16:43:50,003 INFO  [stdout] (EJB default - 3) foo.service.TestTimer@4a56936f foo.service.HelloWorldService@79e98289
16:44:40,022 INFO  [stdout] (EJB default - 1) foo.service.TestTimer@4a56936f foo.service.HelloWorldService@79e98289

Am I doing something wrong, this is the expected behavior, or what?

The EJB specification doesn't state that stateless beans discard their state after each invocation. It states that application developers must not rely on the bean keeping its state. There's a subtle, but very important difference. The same bean instance may be used multiple times; this doesn't negate stateless-ness.

What matters is that each timer there is a lookup, you may get a different instance of the bean
, but "may" means you may still get the same instance, as it is obtained from a pool of beans
That the container manages for you.
There is nothing wrong with using the same timer object,
as long as it provides the proper functionality.
This means that as a developer you cannot make any assumption on the state of the bean, and whether or not it is will be restored upon a new lookup of the bean.

The stateless beans can be used as many times as it needed. They are not neccecary created every time. You can look at EJB LifeCycle at http://docs.oracle.com/javaee/6/tutorial/doc/giplj.html

This is the expected behavior (per Java EE specs) and is actually a bit more complicated than that.

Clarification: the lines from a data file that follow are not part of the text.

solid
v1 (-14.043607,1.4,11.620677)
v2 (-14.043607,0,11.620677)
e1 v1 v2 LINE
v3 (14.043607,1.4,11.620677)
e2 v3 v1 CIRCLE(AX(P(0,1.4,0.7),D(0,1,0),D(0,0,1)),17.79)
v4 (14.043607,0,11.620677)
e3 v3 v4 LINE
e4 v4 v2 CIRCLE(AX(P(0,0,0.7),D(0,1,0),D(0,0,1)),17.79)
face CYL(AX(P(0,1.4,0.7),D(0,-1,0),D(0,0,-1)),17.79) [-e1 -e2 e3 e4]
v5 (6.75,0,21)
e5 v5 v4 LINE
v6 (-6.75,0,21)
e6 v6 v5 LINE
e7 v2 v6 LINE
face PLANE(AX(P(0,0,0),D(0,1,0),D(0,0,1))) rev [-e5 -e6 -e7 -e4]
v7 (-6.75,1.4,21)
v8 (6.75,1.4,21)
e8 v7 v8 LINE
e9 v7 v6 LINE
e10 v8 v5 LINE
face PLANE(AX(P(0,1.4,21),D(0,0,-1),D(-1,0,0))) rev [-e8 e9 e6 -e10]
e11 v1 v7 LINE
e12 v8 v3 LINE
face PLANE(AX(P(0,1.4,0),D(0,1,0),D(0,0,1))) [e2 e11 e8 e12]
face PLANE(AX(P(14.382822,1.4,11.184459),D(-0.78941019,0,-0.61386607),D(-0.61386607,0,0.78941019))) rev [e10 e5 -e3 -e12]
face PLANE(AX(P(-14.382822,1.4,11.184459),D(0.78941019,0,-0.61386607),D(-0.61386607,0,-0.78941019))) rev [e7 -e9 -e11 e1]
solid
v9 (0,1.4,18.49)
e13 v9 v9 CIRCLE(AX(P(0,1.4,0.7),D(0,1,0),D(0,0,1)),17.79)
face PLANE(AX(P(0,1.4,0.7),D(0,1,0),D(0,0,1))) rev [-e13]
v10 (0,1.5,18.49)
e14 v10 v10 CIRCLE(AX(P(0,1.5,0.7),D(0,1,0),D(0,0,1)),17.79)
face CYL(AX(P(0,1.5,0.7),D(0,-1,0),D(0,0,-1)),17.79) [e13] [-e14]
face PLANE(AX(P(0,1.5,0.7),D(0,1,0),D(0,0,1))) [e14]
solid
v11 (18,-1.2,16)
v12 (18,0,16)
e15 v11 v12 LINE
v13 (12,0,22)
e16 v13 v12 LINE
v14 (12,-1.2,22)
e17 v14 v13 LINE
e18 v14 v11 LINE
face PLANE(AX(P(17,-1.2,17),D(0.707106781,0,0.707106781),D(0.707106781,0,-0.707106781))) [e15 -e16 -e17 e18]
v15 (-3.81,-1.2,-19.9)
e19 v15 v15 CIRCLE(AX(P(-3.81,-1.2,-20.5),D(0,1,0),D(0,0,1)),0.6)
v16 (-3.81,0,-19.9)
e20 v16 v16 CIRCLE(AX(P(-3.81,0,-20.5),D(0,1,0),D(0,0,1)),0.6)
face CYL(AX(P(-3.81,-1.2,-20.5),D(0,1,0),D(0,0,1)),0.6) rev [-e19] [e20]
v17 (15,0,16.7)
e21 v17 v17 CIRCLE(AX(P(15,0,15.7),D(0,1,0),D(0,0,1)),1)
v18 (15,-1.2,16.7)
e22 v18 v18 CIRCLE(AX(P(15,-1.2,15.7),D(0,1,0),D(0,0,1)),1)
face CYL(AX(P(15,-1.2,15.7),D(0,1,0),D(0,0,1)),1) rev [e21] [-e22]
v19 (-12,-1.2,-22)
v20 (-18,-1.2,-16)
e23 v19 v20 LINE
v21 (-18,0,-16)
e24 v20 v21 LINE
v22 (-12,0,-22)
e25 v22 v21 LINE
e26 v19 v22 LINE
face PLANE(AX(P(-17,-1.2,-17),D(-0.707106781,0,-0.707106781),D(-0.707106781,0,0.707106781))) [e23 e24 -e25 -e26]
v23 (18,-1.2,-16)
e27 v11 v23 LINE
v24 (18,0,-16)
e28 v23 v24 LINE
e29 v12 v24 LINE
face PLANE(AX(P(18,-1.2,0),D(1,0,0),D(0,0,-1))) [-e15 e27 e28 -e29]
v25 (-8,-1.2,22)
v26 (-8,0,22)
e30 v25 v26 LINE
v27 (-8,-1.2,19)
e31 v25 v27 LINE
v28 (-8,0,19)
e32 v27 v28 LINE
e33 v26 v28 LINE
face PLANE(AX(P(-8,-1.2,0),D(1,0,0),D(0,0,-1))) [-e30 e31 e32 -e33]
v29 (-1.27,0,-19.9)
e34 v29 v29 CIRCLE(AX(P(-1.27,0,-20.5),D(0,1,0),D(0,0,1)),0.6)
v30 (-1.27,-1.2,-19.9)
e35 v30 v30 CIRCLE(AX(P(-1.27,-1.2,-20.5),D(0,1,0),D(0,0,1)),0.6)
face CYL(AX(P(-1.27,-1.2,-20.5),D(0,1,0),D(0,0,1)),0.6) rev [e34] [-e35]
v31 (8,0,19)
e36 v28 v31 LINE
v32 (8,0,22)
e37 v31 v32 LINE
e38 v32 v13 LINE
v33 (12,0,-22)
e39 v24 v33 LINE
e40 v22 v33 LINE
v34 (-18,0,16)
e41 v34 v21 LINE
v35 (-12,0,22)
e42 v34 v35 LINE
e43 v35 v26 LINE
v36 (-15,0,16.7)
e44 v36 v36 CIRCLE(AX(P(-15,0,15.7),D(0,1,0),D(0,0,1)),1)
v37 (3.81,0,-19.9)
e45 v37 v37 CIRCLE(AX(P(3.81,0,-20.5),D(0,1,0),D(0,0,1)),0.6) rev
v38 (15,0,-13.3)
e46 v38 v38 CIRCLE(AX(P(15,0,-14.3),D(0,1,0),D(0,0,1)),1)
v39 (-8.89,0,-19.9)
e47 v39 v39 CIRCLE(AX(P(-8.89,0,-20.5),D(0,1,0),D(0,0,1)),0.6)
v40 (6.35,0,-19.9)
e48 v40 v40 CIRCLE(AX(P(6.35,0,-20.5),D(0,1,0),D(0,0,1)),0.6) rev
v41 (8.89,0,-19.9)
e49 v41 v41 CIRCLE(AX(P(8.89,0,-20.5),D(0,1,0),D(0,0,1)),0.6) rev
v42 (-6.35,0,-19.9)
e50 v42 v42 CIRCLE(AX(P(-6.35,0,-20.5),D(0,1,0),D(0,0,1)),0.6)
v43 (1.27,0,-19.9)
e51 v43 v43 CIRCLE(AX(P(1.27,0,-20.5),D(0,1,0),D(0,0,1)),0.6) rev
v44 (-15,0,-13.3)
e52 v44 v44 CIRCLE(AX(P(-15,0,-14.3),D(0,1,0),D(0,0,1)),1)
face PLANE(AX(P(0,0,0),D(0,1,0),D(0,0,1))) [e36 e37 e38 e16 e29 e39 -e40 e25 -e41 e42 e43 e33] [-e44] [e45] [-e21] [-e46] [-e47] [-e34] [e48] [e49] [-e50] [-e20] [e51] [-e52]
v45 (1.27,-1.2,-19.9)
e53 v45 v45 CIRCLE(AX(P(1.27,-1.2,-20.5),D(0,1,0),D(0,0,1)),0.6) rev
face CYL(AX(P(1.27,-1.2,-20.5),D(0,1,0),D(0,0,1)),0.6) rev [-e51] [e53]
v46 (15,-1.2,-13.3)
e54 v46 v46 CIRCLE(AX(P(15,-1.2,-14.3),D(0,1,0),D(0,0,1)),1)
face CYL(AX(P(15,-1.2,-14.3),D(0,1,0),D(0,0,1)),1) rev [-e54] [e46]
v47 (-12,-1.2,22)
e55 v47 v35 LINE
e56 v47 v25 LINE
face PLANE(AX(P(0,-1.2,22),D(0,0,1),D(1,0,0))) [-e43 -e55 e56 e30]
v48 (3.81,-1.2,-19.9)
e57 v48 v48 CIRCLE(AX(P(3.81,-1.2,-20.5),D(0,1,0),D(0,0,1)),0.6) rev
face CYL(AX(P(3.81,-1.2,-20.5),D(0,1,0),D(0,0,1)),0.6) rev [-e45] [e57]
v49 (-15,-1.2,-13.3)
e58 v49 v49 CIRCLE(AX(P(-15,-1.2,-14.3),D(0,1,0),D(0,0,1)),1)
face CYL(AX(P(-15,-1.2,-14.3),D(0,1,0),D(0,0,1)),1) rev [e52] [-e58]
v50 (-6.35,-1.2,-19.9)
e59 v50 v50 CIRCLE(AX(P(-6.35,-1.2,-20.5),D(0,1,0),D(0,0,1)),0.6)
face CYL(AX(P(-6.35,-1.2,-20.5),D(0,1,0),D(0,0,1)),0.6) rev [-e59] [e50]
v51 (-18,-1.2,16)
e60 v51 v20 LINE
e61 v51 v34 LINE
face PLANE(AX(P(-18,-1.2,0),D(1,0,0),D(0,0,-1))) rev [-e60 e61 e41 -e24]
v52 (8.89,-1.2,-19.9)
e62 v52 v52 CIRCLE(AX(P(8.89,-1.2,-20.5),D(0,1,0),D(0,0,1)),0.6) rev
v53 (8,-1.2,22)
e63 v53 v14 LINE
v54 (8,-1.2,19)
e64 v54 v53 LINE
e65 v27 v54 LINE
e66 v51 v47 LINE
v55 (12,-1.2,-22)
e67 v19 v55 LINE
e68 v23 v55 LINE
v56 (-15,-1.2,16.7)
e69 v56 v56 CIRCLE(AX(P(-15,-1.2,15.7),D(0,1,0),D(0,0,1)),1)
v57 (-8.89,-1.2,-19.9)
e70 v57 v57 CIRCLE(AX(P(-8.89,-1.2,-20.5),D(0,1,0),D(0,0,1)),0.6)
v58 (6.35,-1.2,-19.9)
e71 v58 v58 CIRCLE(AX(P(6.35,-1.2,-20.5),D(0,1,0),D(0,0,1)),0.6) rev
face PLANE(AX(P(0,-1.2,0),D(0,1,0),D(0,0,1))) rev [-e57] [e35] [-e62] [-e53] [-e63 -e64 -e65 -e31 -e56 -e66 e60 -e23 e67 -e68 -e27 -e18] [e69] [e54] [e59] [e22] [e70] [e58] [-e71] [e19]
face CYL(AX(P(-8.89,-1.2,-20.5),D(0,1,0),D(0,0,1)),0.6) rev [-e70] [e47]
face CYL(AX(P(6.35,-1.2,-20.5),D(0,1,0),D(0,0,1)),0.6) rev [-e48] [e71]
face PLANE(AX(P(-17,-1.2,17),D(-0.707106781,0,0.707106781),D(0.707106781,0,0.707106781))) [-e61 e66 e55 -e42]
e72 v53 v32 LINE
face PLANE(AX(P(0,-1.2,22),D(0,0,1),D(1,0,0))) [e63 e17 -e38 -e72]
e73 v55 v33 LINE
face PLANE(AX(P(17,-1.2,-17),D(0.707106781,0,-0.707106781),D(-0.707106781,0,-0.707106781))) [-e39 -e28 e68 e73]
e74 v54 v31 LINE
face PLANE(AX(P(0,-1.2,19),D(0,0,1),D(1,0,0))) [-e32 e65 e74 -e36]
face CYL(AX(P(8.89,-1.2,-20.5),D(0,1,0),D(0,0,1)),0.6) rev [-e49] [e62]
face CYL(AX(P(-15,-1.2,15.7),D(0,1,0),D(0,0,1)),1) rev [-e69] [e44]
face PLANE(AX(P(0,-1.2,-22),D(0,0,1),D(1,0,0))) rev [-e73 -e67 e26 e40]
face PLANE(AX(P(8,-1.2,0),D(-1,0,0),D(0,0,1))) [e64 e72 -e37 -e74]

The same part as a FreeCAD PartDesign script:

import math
import FreeCAD as App
import Part
import Sketcher
from FreeCAD import Vector
Q = App.Units.Quantity


def add_polygon(sketch, points):
    """Adds a closed chain of lines whose ends are joined by coincident constraints."""
    first, n = sketch.GeometryCount, len(points)
    for a, b in zip(points, points[1:] + points[:1]):
        sketch.addGeometry(Part.LineSegment(App.Vector(*a, 0), App.Vector(*b, 0)), False)
    for i in range(n):
        sketch.addConstraint(Sketcher.Constraint("Coincident", first + i, 2, first + (i + 1) % n, 1))

doc = App.newDocument("Part")
params = doc.addObject("Spreadsheet::Sheet", "Params")
for row, (alias, value) in enumerate([
    ("sketch1_diameter", "2 mm"),
    ("sketch1_diameter2", "1.2 mm"),
    ("sketch1_width", "4 mm"),
    ("sketch1_width2", "16 mm"),
    ("sketch1_height", "32 mm"),
    ("pad1_length", "1.2 mm"),
    ("sketch2_radius", "17.79 mm"),
    ("sketch2_width", "13.5 mm"),
    ("pad2_length", "1.4 mm"),
    ("sketch3_diameter", "35.58 mm"),
    ("pad3_length", "0.1 mm"),
], start=1):
    params.set(f"A{row}", alias)
    params.set(f"B{row}", "=" + value)
    params.setAlias(f"B{row}", alias)

body = doc.addObject("PartDesign::Body", "Body")

# Sketch on XZ plane
sketch1 = body.newObject("Sketcher::SketchObject", "Sketch")
sketch1.AttachmentSupport = (doc.getObject("XZ_Plane"), [""])
sketch1.MapMode = "FlatFace"
add_polygon(sketch1, [(-18, -16), (-18, 16), (-12, 22), (-8, 22), (-8, 19), (8, 19), (8, 22), (12, 22), (18, 16), (18, -16), (12, -22), (-12, -22)])  # lines 0-11
sketch1.addGeometry(Part.Circle(Vector(-15, 15.7, 0), Vector(0, 0, 1), 1), False)  # 12
sketch1.addGeometry(Part.Circle(Vector(15, 15.7, 0), Vector(0, 0, 1), 1), False)  # 13
sketch1.addGeometry(Part.Circle(Vector(-15, -14.3, 0), Vector(0, 0, 1), 1), False)  # 14
sketch1.addGeometry(Part.Circle(Vector(-8.9, -20.5, 0), Vector(0, 0, 1), 0.6), False)  # 15
sketch1.addGeometry(Part.Circle(Vector(-6.3, -20.5, 0), Vector(0, 0, 1), 0.6), False)  # 16
sketch1.addGeometry(Part.Circle(Vector(-3.8, -20.5, 0), Vector(0, 0, 1), 0.6), False)  # 17
sketch1.addGeometry(Part.Circle(Vector(-1.3, -20.5, 0), Vector(0, 0, 1), 0.6), False)  # 18
sketch1.addGeometry(Part.Circle(Vector(1.3, -20.5, 0), Vector(0, 0, 1), 0.6), False)  # 19
sketch1.addGeometry(Part.Circle(Vector(3.8, -20.5, 0), Vector(0, 0, 1), 0.6), False)  # 20
sketch1.addGeometry(Part.Circle(Vector(6.3, -20.5, 0), Vector(0, 0, 1), 0.6), False)  # 21
sketch1.addGeometry(Part.Circle(Vector(15, -14.3, 0), Vector(0, 0, 1), 1), False)  # 22
sketch1.addGeometry(Part.Circle(Vector(8.9, -20.5, 0), Vector(0, 0, 1), 0.6), False)  # 23
sketch1.addConstraint([
    Sketcher.Constraint("Vertical", 0),
    Sketcher.Constraint("Horizontal", 2),
    Sketcher.Constraint("Vertical", 3),
    Sketcher.Constraint("Horizontal", 4),
    Sketcher.Constraint("Vertical", 5),
    Sketcher.Constraint("Horizontal", 6),
    Sketcher.Constraint("Vertical", 8),
    Sketcher.Constraint("Horizontal", 10),
    Sketcher.Constraint("Equal", 12, 13),
    Sketcher.Constraint("Equal", 13, 14),
    Sketcher.Constraint("Equal", 15, 16),
    Sketcher.Constraint("Equal", 16, 17),
    Sketcher.Constraint("Equal", 17, 18),
    Sketcher.Constraint("Equal", 18, 19),
    Sketcher.Constraint("Equal", 19, 20),
    Sketcher.Constraint("Equal", 20, 21),
    Sketcher.Constraint("Equal", 14, 22),
    Sketcher.Constraint("Equal", 21, 23),
    Sketcher.Constraint("Symmetric", 0, 2, 8, 2, -1, 1),
    Sketcher.Constraint("Symmetric", 1, 2, 9, 2, -1, 1),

The app server is managing a pool of staless session beans and using instances from this pool in order to server client requests. If you have some load on the server, then several beans will be used from the pool and each one will have its own state. So, in your test, you would end having sometimes the same string value printed, sometimes another one being printed.

You should not use properties for business logic. However, using properties for technical purposes (eg keep a reference to a DB) is sometimes a good idea.

The container has a pool of stateless session beans. It is internal to the container to handle the number of instances active (as far as i know) For your case it seems same instance is called by the timer.